PAKISTAN Secondo il South Asia Terrorism Portal, il Pakistan ha registrato 319 incidenti legati al terrorismo nel 2020 con relativi 169 morti civili. Ciò rappresenta un calo rispetto al picco di circa 4.000 attentati avvenuti nel 2013, con oltre 2.700 morti civili. Questo calo è in gran parte dovuto alle operazioni dell’esercito pachistano contro i taleban pachistani – noti anche come Tehrik-e-Taliban Pakistan ( Ttp) –, responsabili della maggior parte delle vittime civili e militari dal 2007, anno in cui il Ttp si era formata come coalizione di vari gruppi radicali. Sebbene questi dati rappresentino un miglioramento, il Ttp si è riorganizzato dall’estate scorsa. Diverse fazioni hanno giurato fedeltà al gruppo lo scorso luglio, e ci sono notizie di un ritorno in almeno sei distretti di Khyber Pakhtunkhwa «con intimidazioni della gente del posto, uccisioni mirate e attacchi alle forze di sicurezza». Si calcola che il Ttp abbia ucciso almeno 40 agenti della sicurezza tra marzo e settembre 2020.
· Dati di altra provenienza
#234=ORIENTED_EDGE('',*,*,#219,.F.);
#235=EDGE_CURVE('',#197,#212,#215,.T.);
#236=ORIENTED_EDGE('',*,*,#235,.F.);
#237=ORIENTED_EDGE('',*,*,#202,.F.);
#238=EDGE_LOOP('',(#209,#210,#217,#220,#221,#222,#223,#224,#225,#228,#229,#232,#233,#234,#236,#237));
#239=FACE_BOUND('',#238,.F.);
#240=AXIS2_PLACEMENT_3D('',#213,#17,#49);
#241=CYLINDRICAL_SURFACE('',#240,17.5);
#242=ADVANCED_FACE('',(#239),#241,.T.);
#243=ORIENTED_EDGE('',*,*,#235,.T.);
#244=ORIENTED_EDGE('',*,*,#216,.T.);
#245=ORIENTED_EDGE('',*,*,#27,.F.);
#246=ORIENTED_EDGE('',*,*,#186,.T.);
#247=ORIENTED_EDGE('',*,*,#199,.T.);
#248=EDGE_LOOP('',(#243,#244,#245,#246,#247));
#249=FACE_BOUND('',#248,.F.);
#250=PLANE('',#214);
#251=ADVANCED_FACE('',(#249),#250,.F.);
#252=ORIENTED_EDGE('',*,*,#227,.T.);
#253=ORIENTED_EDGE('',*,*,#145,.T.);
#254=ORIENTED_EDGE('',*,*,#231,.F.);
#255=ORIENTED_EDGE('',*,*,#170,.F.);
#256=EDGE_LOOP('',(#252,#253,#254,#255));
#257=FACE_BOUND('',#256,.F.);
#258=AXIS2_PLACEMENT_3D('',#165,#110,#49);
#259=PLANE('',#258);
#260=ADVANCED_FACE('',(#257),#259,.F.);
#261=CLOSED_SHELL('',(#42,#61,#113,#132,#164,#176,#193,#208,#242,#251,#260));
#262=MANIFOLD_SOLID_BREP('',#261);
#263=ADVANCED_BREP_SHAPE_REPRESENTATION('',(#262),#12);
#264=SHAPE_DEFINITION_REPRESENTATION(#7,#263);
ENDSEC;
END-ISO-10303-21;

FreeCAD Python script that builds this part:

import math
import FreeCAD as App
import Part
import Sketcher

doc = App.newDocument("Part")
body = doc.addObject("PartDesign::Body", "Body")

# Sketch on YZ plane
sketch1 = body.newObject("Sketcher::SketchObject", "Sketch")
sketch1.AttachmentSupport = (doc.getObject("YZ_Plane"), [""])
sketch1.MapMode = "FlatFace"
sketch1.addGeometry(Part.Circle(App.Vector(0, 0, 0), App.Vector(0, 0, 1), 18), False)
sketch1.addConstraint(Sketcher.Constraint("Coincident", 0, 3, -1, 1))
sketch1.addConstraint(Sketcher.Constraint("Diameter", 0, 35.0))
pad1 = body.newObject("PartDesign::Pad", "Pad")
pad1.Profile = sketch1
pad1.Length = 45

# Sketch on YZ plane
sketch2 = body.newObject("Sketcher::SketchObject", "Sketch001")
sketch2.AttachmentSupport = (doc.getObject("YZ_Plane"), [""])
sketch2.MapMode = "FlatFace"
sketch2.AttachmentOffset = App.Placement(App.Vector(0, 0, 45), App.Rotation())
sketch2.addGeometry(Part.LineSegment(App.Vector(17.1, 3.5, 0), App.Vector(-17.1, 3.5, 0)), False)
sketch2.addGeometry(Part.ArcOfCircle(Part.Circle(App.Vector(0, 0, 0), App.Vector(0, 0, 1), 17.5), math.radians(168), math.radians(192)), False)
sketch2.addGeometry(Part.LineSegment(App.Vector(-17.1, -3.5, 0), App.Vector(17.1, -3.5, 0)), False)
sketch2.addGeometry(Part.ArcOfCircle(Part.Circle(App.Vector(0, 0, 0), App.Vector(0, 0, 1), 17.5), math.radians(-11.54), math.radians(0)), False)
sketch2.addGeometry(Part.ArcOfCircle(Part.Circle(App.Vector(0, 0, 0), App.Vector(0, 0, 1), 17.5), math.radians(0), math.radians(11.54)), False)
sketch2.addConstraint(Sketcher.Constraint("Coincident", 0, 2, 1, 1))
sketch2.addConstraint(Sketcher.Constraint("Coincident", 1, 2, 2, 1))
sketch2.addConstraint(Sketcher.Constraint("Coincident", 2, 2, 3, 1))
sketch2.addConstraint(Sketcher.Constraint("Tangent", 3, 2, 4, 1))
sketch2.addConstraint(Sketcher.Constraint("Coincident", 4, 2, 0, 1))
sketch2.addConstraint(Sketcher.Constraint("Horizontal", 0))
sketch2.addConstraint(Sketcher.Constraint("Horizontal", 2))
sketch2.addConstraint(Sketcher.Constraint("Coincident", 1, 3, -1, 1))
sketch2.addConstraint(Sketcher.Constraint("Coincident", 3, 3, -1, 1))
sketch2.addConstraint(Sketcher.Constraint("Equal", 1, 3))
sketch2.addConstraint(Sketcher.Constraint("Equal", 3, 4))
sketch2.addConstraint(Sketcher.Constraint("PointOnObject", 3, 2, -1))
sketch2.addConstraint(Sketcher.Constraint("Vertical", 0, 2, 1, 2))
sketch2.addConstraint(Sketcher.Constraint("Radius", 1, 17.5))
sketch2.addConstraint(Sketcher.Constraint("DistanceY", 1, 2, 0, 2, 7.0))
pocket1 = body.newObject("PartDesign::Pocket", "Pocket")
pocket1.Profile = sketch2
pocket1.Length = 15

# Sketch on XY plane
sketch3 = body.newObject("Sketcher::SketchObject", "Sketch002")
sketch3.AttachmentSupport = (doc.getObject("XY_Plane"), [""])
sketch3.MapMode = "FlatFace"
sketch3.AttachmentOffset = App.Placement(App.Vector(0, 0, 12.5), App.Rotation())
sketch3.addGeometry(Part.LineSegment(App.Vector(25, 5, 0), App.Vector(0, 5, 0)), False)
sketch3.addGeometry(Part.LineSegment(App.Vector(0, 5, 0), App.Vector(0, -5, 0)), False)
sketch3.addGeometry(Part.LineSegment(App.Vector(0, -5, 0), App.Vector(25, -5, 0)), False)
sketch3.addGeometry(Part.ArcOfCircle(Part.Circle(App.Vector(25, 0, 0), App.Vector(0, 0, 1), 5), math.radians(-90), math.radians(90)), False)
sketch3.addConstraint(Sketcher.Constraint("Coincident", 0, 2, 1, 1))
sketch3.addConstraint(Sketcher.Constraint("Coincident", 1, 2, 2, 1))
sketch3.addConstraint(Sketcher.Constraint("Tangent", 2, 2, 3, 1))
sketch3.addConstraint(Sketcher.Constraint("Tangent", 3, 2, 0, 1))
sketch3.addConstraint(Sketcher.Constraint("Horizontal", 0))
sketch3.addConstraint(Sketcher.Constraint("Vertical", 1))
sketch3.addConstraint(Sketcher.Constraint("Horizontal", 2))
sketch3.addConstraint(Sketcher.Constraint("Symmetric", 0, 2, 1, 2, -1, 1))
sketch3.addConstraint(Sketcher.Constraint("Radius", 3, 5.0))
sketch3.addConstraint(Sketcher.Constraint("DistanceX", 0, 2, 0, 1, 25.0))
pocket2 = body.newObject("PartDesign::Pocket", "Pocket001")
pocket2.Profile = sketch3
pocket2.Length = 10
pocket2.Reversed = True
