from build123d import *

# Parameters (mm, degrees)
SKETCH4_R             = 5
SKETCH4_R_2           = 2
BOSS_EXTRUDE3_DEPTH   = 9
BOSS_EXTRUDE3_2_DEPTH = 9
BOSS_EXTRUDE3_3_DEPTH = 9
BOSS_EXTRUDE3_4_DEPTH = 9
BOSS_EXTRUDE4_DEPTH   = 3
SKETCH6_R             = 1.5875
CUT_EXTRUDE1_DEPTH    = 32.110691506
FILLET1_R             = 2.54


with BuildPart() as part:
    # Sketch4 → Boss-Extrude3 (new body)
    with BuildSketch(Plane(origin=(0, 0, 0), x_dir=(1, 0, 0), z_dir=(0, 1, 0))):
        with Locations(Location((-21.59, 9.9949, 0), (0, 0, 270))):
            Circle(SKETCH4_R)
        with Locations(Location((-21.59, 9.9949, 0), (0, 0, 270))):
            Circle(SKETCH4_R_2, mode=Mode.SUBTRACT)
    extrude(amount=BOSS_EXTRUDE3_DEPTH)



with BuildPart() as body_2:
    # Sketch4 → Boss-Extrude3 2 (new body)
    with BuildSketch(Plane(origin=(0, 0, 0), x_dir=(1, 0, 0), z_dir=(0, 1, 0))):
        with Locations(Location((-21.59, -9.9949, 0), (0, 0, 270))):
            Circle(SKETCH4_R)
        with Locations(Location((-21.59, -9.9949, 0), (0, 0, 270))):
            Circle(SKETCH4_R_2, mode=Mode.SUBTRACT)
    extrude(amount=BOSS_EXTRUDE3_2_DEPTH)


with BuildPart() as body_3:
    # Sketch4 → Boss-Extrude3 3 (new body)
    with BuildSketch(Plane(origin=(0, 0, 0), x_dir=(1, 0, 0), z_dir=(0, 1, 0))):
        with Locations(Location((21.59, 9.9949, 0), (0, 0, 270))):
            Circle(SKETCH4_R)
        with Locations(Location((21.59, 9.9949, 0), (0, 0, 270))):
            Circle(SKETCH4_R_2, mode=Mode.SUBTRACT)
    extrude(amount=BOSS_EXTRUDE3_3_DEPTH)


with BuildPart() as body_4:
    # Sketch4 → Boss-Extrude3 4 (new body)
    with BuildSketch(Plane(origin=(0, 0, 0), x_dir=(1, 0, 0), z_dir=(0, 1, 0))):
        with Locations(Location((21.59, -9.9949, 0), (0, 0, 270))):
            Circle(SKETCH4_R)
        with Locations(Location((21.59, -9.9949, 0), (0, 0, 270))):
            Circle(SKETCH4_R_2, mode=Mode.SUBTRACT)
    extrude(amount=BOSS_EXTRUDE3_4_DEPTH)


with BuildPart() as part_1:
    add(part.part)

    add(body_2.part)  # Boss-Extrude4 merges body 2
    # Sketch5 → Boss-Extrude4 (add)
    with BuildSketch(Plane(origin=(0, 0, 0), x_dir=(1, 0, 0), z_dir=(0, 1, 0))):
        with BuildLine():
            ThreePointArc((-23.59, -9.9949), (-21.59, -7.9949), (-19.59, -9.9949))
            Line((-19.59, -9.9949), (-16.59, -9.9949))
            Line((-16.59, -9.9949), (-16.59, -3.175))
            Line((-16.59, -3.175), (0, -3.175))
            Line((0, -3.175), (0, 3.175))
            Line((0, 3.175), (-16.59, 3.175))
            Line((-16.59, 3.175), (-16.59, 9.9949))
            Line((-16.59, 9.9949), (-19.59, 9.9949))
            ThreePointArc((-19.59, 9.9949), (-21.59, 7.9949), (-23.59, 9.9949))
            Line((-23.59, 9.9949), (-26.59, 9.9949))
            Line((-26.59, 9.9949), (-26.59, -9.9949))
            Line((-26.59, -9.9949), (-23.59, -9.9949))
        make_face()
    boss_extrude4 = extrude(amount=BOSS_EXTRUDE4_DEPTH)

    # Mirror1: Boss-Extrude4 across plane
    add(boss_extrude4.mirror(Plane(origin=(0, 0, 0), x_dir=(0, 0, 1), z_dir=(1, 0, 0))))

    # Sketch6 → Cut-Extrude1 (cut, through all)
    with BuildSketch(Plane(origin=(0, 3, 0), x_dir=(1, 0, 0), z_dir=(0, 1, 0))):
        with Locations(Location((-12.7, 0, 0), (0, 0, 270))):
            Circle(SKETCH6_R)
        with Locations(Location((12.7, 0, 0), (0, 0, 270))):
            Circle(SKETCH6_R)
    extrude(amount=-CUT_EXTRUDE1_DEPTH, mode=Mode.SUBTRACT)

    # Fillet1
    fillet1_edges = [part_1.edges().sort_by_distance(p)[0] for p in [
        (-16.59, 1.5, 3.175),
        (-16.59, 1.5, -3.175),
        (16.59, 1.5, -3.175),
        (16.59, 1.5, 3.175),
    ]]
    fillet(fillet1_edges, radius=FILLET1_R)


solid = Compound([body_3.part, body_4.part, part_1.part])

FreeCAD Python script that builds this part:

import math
import FreeCAD as App
import Part
import Sketcher


def edges_at(feature, points):
    """Names of the edges that pass closest to the given points."""
    edges = feature.Shape.Edges
    near = lambda p: min(range(len(edges)), key=lambda i: edges[i].distToShape(Part.Vertex(*p))[0])
    return sorted({f"Edge{near(p) + 1}" for p in points})

doc = App.newDocument("Part")
body = doc.addObject("PartDesign::Body", "Body")

sketch1 = body.newObject("Sketcher::SketchObject", "Sketch")
sketch1.AttachmentSupport = (doc.getObject("XZ_Plane"), [""])
sketch1.MapMode = "FlatFace"
sketch1.addGeometry([
    Part.Circle(App.Vector(-21.6, -10, 0), App.Vector(0, 0, 1), 5),
    Part.Circle(App.Vector(-21.6, -10, 0), App.Vector(0, 0, 1), 2),
], False)
sketch1.addConstraint([
    Sketcher.Constraint("Coincident", 1, 3, 0, 3),
    Sketcher.Constraint("Diameter", 0, 10.0),
    Sketcher.Constraint("Diameter", 1, 4.0),
    Sketcher.Constraint("DistanceX", 0, 3, -1, 1, 21.59),
    Sketcher.Constraint("DistanceY", 0, 3, -1, 1, 9.9949),
])
pad1 = body.newObject("PartDesign::Pad", "Pad")
pad1.Profile = sketch1
pad1.Length = 9
pad1.Reversed = True
body2 = doc.addObject("PartDesign::Body", "Body001")

sketch2 = body2.newObject("Sketcher::SketchObject", "Sketch001")
sketch2.AttachmentSupport = (doc.getObject("XZ_Plane001"), [""])
sketch2.MapMode = "FlatFace"
sketch2.addGeometry([
    Part.Circle(App.Vector(-21.6, 10, 0), App.Vector(0, 0, 1), 5),
    Part.Circle(App.Vector(-21.6, 10, 0), App.Vector(0, 0, 1), 2),
], False)
sketch2.addConstraint([
    Sketcher.Constraint("Coincident", 1, 3, 0, 3),
    Sketcher.Constraint("Diameter", 0, 10.0),
    Sketcher.Constraint("Diameter", 1, 4.0),
    Sketcher.Constraint("DistanceX", 0, 3, -1, 1, 21.59),
    Sketcher.Constraint("DistanceY", -1, 1, 0, 3, 9.9949),
])
pad2 = body2.newObject("PartDesign::Pad", "Pad001")
pad2.Profile = sketch2
pad2.Length = 9
pad2.Reversed = True
body3 = doc.addObject("PartDesign::Body", "Body002")

sketch3 = body3.newObject("Sketcher::SketchObject", "Sketch002")
sketch3.AttachmentSupport = (doc.getObject("XZ_Plane002"), [""])
sketch3.MapMode = "FlatFace"
sketch3.addGeometry([
    Part.Circle(App.Vector(21.6, -10, 0), App.Vector(0, 0, 1), 5),
    Part.Circle(App.Vector(21.6, -10, 0), App.Vector(0, 0, 1), 2),
], False)
sketch3.addConstraint([
    Sketcher.Constraint("Coincident", 1, 3, 0, 3),
    Sketcher.Constraint("Diameter", 0, 10.0),
    Sketcher.Constraint("Diameter", 1, 4.0),
    Sketcher.Constraint("DistanceX", -1, 1, 0, 3, 21.59),
    Sketcher.Constraint("DistanceY", 0, 3, -1, 1, 9.9949),
])
pad3 = body3.newObject("PartDesign::Pad", "Pad002")
pad3.Profile = sketch3
pad3.Length = 9
pad3.Reversed = True
body4 = doc.addObject("PartDesign::Body", "Body003")

sketch4 = body4.newObject("Sketcher::SketchObject", "Sketch003")
sketch4.AttachmentSupport = (doc.getObject("XZ_Plane003"), [""])
sketch4.MapMode = "FlatFace"
sketch4.addGeometry([
    Part.Circle(App.Vector(21.6, 10, 0), App.Vector(0, 0, 1), 5),
    Part.Circle(App.Vector(21.6, 10, 0), App.Vector(0, 0, 1), 2),
], False)
sketch4.addConstraint([
    Sketcher.Constraint("Coincident", 1, 3, 0, 3),
    Sketcher.Constraint("Diameter", 0, 10.0),
    Sketcher.Constraint("Diameter", 1, 4.0),
    Sketcher.Constraint("DistanceX", -1, 1, 0, 3, 21.59),
    Sketcher.Constraint("DistanceY", -1, 1, 0, 3, 9.9949),
])
pad4 = body4.newObject("PartDesign::Pad", "Pad003")
pad4.Profile = sketch4
pad4.Length = 9
pad4.Reversed = True
body.AllowCompound = True
doc.recompute()

boolean = body.newObject("PartDesign::Boolean", "Boolean")
boolean.Type = "Fuse"
boolean.addObjects([body2])

sketch5 = body.newObject("Sketcher::SketchObject", "Sketch004")
sketch5.AttachmentSupport = (doc.getObject("XZ_Plane"), [""])
sketch5.MapMode = "FlatFace"
sketch5.addGeometry([
    Part.ArcOfCircle(Part.Circle(App.Vector(-21.6, 10, 0), App.Vector(0, 0, 1), 2), math.radians(180), math.radians(360)),
    Part.LineSegment(App.Vector(-19.6, 10, 0), App.Vector(-16.6, 10, 0)),
    Part.LineSegment(App.Vector(-16.6, 10, 0), App.Vector(-16.6, 3.2, 0)),
    Part.LineSegment(App.Vector(-16.6, 3.2, 0), App.Vector(0, 3.2, 0)),
    Part.LineSegment(App.Vector(0, 3.2, 0), App.Vector(0, -3.2, 0)),
    Part.LineSegment(App.Vector(0, -3.2, 0), App.Vector(-16.6, -3.2, 0)),
    Part.LineSegment(App.Vector(-16.6, -3.2, 0), App.Vector(-16.6, -10, 0)),
    Part.LineSegment(App.Vector(-16.6, -10, 0), App.Vector(-19.6, -10, 0)),
    Part.ArcOfCircle(Part.Circle(App.Vector(-21.6, -10, 0), App.Vector(0, 0, 1), 2), math.radians(0), math.radians(180)),
    Part.LineSegment(App.Vector(-23.6, -10, 0), App.Vector(-26.6, -10, 0)),
    Part.LineSegment(App.Vector(-26.6, -10, 0), App.Vector(-26.6, 10, 0)),
    Part.LineSegment(App.Vector(-26.6, 10, 0), App.Vector(-23.6, 10, 0)),
], False)
sketch5.addConstraint([
    Sketcher.Constraint("Coincident", 0, 2, 1, 1),
    Sketcher.Constraint("Coincident", 1, 2, 2, 1),
    Sketcher.Constraint("Coincident", 2, 2, 3, 1),
    Sketcher.Constraint("Coincident", 3, 2, 4, 1),
    Sketcher.Constraint("Coincident", 4, 2, 5, 1),
    Sketcher.Constraint("Coincident", 5, 2, 6, 1),
    Sketcher.Constraint("Coincident", 6, 2, 7, 1),
    Sketcher.Constraint("Coincident", 7, 2, 8, 1),
    Sketcher.Constraint("Coincident", 8, 2, 9, 1),
    Sketcher.Constraint("Coincident", 9, 2, 10, 1),
    Sketcher.Constraint("Coincident", 10, 2, 11, 1),
    Sketcher.Constraint("Coincident", 11, 2, 0, 1),
    Sketcher.Constraint("Horizontal", 1),
    Sketcher.Constraint("Vertical", 2),
    Sketcher.Constraint("Horizontal", 3),
    Sketcher.Constraint("Vertical", 4),
    Sketcher.Constraint("Horizontal", 5),
    Sketcher.Constraint("Vertical", 6),
    Sketcher.Constraint("Horizontal", 7),
    Sketcher.Constraint("Horizontal", 9),
    Sketcher.Constraint("Vertical", 10),
    Sketcher.Constraint("Horizontal", 11),
    Sketcher.Constraint("Equal", 0, 8),
    Sketcher.Constraint("Symmetric", 3, 2, 4, 2, -1, 1),
    Sketcher.Constraint("Symmetric", 0, 3, 8, 3, -1),
    Sketcher.Constraint("Symmetric", 1, 2, 6, 2, -1),
    Sketcher.Constraint("Horizontal", 8, 3, 6, 2),
    Sketcher.Constraint("Horizontal", 7, 2, 8, 2),
    Sketcher.Constraint("Horizontal", 1, 2, 10, 2),
    Sketcher.Constraint("Equal", 7, 9),
    Sketcher.Constraint("Radius", 0, 2.0),
    Sketcher.Constraint("DistanceX", 1, 1, 1, 2, 3.0),
    Sketcher.Constraint("DistanceX", 3, 1, 3, 2, 16.59),
    Sketcher.Constraint("DistanceY", 4, 2, 4, 1, 6.35),
    Sketcher.Constraint("DistanceY", 2, 2, 2, 1, 6.8199),
])
pad5 = body.newObject("PartDesign::Pad", "Pad004")
pad5.Profile = sketch5
pad5.Length = 3
pad5.Reversed = True
doc.recompute()

mirrored = body.newObject("PartDesign::Mirrored", "Mirrored")
mirrored.Originals = [pad5]
mirrored.MirrorPlane = (doc.getObject("YZ_Plane"), [""])
body.Tip = mirrored

sketch6 = body.newObject("Sketcher::SketchObject", "Sketch005")
sketch6.AttachmentSupport = (doc.getObject("XZ_Plane"), [""])
sketch6.MapMode = "FlatFace"
sketch6.AttachmentOffset = App.Placement(App.Vector(0, 0, -3), App.Rotation())
sketch6.addGeometry([
    Part.Circle(App.Vector(-12.7, 0, 0), App.Vector(0, 0, 1), 1.6),
    Part.Circle(App.Vector(12.7, 0, 0), App.Vector(0, 0, 1), 1.6),
], False)
sketch6.addConstraint([
    Sketcher.Constraint("Equal", 0, 1),
    Sketcher.Constraint("Symmetric", 0, 3, 1, 3, -1, 1),
    Sketcher.Constraint("PointOnObject", 0, 3, -1),
    Sketcher.Constraint("Diameter", 0, 3.175),
    Sketcher.Constraint("DistanceX", 0, 3, -1, 1, 12.7),
])
pocket1 = body.newObject("PartDesign::Pocket", "Pocket")
pocket1.Profile = sketch6
pocket1.Type = "ThroughAll"
pocket1.Reversed = True
doc.recompute()

fillet = body.newObject("PartDesign::Fillet", "Fillet")
fillet.Base = (pocket1, edges_at(pocket1, [
    (-16.59, 1.5, 3.175),
    (-16.59, 1.5, -3.175),
    (16.59, 1.5, -3.175),
    (16.59, 1.5, 3.175),
]))
fillet.Radius = 2.54

doc.recompute()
SRI LANKA Il governo di Colombo ha proseguito il suo smantellamento del gruppo National Thawheed Jamaath (Ntj), responsabile degli attacchi della domenica di Pasqua del 21 aprile 2019 contro tre chiese e quattro alberghi di lusso del Paese, in cui 259 persone sono state uccise e altre 500 ferite. Undici arresti di membri dell’Ntj si sono aggiunti nel 2020 ai 294 arresti effettuati nel 2019. Pochi mesi fa, sono state formulate le accuse ufficiali di terrorismo e supporto materiale al Daesh contro tre imputati in relazione agli attentati di Pasqua. Si tratta di Mohamed Naufar, il «secondo emiro» del gruppo “Daesh in Sri Lanka”, che ha guidato gli sforzi di propaganda reclutando altre persone e organizzando “corsi di formazione” jihadista; Mohamed Anwar Mohamed Riskan, che ha fabbricato gli ordigni esplosivi improvvisati (i cosiddetti Ied) usati negli attacchi; e Ahamed Milhan Hayathu Mohamed, che ha ucciso un agente di polizia per ottenere così un’arma da fuoco da utilizzare nell’azione e ha esplorato uno dei luoghi prescelti per gli attacchi. Il gruppo terroristico era stato accusato dalle autorità locali, l’anno precedente, di aver danneggiato diverse statue buddiste nell’isola.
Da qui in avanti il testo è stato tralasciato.